◆ **Stored data**
%%
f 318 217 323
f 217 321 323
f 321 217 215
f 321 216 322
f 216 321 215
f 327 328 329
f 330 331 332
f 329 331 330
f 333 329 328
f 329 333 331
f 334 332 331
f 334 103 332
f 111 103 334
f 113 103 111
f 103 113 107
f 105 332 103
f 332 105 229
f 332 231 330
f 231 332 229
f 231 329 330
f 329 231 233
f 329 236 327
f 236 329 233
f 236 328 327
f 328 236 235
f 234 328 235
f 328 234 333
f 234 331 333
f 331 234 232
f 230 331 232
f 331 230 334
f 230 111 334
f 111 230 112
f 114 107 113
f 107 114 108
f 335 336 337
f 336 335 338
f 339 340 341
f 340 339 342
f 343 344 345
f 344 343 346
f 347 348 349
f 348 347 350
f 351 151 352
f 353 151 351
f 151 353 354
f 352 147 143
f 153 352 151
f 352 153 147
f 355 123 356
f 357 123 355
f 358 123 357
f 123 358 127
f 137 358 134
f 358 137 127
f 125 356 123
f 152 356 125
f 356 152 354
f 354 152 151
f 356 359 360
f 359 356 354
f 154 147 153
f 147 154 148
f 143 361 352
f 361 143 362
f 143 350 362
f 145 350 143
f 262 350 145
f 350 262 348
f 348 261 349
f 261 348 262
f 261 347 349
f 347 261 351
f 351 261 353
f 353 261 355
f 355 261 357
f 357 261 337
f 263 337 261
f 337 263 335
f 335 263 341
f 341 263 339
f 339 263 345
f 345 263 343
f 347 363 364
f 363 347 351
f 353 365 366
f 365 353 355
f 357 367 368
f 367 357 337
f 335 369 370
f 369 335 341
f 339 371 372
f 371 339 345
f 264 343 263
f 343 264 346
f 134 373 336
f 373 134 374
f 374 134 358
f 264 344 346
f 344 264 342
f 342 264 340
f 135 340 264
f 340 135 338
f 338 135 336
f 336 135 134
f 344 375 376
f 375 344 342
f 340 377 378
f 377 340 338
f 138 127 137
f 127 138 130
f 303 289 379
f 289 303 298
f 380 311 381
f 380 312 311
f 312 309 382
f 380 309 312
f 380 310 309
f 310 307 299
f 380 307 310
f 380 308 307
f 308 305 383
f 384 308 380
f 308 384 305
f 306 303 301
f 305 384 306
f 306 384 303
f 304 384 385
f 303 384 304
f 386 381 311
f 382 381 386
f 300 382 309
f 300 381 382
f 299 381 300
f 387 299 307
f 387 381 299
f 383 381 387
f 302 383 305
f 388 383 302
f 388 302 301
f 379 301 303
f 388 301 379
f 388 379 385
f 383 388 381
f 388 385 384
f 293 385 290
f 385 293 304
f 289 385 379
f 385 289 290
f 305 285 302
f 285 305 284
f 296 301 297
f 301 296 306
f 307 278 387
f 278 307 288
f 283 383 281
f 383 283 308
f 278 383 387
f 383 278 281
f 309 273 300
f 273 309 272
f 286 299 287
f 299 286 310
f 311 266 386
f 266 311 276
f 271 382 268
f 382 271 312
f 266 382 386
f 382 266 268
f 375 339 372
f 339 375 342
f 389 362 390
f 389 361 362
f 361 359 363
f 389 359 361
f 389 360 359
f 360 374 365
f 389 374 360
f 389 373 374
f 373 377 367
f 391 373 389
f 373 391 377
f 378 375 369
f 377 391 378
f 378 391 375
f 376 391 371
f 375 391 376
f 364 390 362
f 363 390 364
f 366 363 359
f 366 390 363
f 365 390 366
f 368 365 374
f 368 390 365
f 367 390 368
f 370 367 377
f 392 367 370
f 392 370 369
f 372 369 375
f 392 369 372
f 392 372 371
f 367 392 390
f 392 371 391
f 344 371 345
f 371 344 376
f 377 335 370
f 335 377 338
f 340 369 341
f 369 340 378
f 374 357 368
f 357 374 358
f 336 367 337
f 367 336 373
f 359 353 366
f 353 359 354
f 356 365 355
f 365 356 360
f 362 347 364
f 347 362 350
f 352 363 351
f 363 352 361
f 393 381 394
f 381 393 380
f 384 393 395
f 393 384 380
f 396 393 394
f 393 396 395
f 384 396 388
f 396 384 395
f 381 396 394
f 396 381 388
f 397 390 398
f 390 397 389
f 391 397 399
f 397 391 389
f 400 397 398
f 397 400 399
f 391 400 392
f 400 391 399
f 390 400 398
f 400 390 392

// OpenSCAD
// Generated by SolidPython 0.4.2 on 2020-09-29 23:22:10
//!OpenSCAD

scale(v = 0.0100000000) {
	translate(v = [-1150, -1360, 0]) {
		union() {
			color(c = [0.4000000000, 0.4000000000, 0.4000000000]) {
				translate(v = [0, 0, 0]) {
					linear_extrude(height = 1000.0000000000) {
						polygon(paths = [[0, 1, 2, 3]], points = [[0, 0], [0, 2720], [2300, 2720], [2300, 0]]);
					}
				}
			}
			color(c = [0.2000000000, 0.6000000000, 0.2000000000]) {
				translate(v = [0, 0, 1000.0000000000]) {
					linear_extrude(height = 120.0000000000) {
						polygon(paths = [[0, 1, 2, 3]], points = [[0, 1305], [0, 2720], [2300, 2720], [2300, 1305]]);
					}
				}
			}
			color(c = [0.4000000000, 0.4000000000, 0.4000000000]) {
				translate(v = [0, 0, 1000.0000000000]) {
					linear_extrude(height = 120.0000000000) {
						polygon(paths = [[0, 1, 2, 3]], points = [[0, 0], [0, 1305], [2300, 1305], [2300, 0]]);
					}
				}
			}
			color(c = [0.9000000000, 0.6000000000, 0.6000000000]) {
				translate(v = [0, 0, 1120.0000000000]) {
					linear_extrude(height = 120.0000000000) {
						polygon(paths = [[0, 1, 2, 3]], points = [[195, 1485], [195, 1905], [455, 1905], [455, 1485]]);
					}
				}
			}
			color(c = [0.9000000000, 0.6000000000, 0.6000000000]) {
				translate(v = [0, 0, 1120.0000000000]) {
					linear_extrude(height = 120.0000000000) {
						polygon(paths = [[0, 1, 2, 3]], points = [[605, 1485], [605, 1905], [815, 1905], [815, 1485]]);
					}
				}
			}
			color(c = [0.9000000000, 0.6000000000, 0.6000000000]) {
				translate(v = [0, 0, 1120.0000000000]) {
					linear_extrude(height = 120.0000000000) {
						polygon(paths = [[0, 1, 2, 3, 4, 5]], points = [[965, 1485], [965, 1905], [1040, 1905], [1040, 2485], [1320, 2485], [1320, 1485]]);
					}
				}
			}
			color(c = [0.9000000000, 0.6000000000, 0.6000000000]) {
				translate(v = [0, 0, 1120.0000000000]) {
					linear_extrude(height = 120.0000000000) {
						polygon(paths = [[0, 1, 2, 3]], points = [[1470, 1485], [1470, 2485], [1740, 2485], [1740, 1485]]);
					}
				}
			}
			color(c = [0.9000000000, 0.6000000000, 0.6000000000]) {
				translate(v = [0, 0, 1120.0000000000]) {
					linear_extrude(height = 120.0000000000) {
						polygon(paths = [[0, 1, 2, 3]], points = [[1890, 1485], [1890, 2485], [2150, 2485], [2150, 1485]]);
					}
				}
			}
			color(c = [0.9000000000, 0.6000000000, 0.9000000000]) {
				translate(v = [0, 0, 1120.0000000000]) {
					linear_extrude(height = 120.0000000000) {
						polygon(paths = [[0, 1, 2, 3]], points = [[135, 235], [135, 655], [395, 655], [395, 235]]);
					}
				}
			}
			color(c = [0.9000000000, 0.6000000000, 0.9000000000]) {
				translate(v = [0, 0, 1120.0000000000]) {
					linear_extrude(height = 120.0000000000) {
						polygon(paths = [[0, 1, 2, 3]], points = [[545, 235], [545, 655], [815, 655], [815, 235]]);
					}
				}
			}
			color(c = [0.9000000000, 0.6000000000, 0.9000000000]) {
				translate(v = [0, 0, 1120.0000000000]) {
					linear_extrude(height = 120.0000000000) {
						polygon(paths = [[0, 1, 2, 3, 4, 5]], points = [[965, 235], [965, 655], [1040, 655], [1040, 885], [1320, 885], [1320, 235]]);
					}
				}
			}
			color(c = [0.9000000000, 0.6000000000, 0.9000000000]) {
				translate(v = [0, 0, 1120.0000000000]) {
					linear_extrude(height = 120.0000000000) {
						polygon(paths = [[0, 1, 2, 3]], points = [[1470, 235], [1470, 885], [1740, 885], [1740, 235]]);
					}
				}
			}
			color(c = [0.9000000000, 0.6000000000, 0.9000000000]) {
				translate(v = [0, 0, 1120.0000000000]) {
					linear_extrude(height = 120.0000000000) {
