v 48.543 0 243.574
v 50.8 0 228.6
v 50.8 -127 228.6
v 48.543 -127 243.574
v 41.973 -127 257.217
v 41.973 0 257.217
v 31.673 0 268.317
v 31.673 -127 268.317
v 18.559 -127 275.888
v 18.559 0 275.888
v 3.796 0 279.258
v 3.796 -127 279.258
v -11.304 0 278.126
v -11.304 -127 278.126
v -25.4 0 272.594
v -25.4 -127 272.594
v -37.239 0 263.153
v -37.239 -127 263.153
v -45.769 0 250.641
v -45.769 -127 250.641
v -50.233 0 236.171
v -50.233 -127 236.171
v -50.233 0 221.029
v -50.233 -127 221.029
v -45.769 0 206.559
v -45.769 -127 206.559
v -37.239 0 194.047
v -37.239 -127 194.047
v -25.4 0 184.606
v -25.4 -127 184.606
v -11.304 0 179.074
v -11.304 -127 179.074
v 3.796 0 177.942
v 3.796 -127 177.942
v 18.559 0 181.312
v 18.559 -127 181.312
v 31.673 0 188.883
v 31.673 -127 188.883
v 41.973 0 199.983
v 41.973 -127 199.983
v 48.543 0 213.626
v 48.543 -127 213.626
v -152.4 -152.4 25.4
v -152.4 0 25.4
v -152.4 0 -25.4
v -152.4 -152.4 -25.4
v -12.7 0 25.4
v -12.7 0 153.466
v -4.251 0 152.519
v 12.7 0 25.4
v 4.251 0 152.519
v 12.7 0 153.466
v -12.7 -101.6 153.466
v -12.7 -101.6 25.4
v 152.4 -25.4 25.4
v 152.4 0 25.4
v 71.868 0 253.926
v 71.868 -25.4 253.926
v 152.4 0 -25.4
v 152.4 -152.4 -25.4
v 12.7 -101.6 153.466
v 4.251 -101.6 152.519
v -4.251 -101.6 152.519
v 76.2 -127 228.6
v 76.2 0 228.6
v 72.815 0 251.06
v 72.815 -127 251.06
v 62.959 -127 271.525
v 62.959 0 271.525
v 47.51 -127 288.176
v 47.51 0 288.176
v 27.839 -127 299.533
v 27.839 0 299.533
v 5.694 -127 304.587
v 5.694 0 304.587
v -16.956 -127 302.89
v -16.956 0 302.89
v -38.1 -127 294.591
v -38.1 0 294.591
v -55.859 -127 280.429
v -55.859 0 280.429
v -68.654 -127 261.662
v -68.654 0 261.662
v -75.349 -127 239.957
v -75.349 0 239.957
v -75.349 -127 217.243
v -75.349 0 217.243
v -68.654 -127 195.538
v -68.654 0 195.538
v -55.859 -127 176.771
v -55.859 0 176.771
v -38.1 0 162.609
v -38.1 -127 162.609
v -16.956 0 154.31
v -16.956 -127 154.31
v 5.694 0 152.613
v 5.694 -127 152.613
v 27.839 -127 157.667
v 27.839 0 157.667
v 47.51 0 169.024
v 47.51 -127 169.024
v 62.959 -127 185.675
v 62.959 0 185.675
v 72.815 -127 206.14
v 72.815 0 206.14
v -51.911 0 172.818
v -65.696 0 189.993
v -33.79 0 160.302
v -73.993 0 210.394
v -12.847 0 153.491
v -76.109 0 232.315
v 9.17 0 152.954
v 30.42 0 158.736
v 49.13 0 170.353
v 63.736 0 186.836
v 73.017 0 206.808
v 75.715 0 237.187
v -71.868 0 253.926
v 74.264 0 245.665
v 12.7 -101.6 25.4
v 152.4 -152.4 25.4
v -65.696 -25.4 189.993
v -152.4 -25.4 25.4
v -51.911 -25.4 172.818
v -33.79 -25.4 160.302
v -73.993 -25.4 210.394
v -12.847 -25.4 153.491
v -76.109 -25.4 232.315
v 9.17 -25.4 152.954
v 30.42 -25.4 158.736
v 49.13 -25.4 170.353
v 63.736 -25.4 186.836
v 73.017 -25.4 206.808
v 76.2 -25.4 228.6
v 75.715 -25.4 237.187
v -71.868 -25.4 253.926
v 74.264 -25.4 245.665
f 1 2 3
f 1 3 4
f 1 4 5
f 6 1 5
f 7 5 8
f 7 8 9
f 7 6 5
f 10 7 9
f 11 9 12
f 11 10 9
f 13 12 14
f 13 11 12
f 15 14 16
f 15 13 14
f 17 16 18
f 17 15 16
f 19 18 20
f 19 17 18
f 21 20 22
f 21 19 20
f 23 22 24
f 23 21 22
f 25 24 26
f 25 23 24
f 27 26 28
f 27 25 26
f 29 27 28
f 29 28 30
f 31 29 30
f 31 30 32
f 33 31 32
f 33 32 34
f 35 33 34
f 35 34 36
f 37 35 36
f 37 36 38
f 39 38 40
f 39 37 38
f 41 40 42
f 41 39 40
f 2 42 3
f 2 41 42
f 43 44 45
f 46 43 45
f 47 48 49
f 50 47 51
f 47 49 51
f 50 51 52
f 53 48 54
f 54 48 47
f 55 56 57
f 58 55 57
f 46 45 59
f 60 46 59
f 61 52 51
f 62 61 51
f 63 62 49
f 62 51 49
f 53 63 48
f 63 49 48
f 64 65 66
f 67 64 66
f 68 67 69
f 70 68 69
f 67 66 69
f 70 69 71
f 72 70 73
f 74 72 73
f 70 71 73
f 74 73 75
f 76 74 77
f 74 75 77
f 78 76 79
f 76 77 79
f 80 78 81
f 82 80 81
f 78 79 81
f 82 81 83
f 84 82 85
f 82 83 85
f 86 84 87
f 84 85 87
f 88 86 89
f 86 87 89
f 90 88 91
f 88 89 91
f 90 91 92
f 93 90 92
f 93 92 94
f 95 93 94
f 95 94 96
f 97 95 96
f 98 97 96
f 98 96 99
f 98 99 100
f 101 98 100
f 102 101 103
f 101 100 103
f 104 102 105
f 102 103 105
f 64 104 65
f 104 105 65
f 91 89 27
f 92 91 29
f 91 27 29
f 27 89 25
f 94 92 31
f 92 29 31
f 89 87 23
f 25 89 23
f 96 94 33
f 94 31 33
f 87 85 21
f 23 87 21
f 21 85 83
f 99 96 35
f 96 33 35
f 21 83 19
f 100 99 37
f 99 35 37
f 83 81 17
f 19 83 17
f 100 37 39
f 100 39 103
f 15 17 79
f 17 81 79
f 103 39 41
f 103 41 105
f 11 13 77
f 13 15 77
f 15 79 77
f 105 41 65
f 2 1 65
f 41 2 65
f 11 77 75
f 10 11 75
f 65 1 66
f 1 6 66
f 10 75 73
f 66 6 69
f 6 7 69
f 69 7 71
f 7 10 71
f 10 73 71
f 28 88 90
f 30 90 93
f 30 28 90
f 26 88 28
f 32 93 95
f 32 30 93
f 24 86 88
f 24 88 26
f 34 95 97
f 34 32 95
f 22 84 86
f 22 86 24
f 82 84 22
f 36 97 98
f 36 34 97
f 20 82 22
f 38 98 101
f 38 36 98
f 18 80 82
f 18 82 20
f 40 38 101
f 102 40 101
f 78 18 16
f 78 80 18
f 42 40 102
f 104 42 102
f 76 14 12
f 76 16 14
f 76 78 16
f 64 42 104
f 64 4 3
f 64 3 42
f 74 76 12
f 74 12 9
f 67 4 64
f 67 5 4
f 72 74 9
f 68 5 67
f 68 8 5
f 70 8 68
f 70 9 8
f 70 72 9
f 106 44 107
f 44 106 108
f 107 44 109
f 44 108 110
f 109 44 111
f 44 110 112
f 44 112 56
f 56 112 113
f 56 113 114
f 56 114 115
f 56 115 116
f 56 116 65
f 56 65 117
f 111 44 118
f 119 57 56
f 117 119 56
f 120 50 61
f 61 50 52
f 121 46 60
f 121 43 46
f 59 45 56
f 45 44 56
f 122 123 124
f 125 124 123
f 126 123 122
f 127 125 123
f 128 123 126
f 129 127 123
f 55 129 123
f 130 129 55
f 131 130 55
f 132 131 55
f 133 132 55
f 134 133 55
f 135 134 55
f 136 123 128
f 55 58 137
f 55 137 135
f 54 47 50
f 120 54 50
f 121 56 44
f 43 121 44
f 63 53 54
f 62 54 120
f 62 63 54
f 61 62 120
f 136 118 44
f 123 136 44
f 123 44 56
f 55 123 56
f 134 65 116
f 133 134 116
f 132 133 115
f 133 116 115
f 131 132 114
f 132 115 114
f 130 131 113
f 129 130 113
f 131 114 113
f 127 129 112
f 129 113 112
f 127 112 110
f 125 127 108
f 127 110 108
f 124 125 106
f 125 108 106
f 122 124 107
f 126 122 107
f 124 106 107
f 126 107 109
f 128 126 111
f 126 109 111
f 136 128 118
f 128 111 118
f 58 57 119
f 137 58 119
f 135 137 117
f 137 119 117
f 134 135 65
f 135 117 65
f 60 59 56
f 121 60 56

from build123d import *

# Parameters (mm, degrees)
F1_DEPTH = 152.4
F2_R     = 76.2
F2_R_2   = 50.8
F3_DEPTH = 127
F5_DEPTH = 101.6
F7_DEPTH = 25.4


with BuildPart() as f1:
    # F0 (on Front) → F1 (new body)
    with BuildSketch(Plane.XZ):
        Polygon((-152.4, -25.4), (152.4, -25.4), (152.4, 25.4), (12.7, 25.4), (-12.7, 25.4), (-152.4, 25.4), align=None)
    extrude(amount=F1_DEPTH)


with BuildPart() as f3:
    # F2 (on Front) → F3 (new body)
    with BuildSketch(Plane.XZ):
        with Locations((0, 228.6)):
            Circle(F2_R)
        with Locations((0, 228.6)):
            Circle(F2_R_2, mode=Mode.SUBTRACT)
    extrude(amount=F3_DEPTH)


with BuildPart() as f5:
    # F4 (on Front) → F5 (new body)
    with BuildSketch(Plane.XZ):
        with BuildLine():
            Line((-12.7, 153.465787), (-12.7, 25.4))
            Line((-12.7, 25.4), (12.7, 25.4))
            Line((12.7, 25.4), (12.7, 153.465787))
            ThreePointArc((12.7, 153.465787), (0, 152.4), (-12.7, 153.465787))
        make_face()
    extrude(amount=F5_DEPTH)


with BuildPart() as f7:
    # F6 (on Front) → F7 (new body)
    with BuildSketch(Plane.XZ):
        with BuildLine():
            ThreePointArc((71.868134, 253.9261), (75.109226, 241.446949), (76.2, 228.6))
            ThreePointArc((76.2, 228.6), (-12.846949, 153.490774), (-71.868134, 253.9261))
            Line((-71.868134, 253.9261), (-152.4, 25.4))
            Line((-152.4, 25.4), (152.4, 25.4))
            Line((152.4, 25.4), (71.868134, 253.9261))
        make_face()
    extrude(amount=F7_DEPTH)


solid = Compound([f1.part, f3.part, f5.part, f7.part])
%%
◆ **Problem requirements**
Exact duplication is required for the lines above, from the line that contains "f 300 382 309" to the line that contains "f 392 369 372", inclusive; omit all others.

◆ **Written answer**
f 300 382 309
f 300 381 382
f 299 381 300
f 387 299 307
f 387 381 299
f 383 381 387
f 302 383 305
f 388 383 302
f 388 302 301
f 379 301 303
f 388 301 379
f 388 379 385
f 383 388 381
f 388 385 384
f 293 385 290
f 385 293 304
f 289 385 379
f 385 289 290
f 305 285 302
f 285 305 284
f 296 301 297
f 301 296 306
f 307 278 387
f 278 307 288
f 283 383 281
f 383 283 308
f 278 383 387
f 383 278 281
f 309 273 300
f 273 309 272
f 286 299 287
f 299 286 310
f 311 266 386
f 266 311 276
f 271 382 268
f 382 271 312
f 266 382 386
f 382 266 268
f 375 339 372
f 339 375 342
f 389 362 390
f 389 361 362
f 361 359 363
f 389 359 361
f 389 360 359
f 360 374 365
f 389 374 360
f 389 373 374
f 373 377 367
f 391 373 389
f 373 391 377
f 378 375 369
f 377 391 378
f 378 391 375
f 376 391 371
f 375 391 376
f 364 390 362
f 363 390 364
f 366 363 359
f 366 390 363
f 365 390 366
f 368 365 374
f 368 390 365
f 367 390 368
f 370 367 377
f 392 367 370
f 392 370 369
f 372 369 375
f 392 369 372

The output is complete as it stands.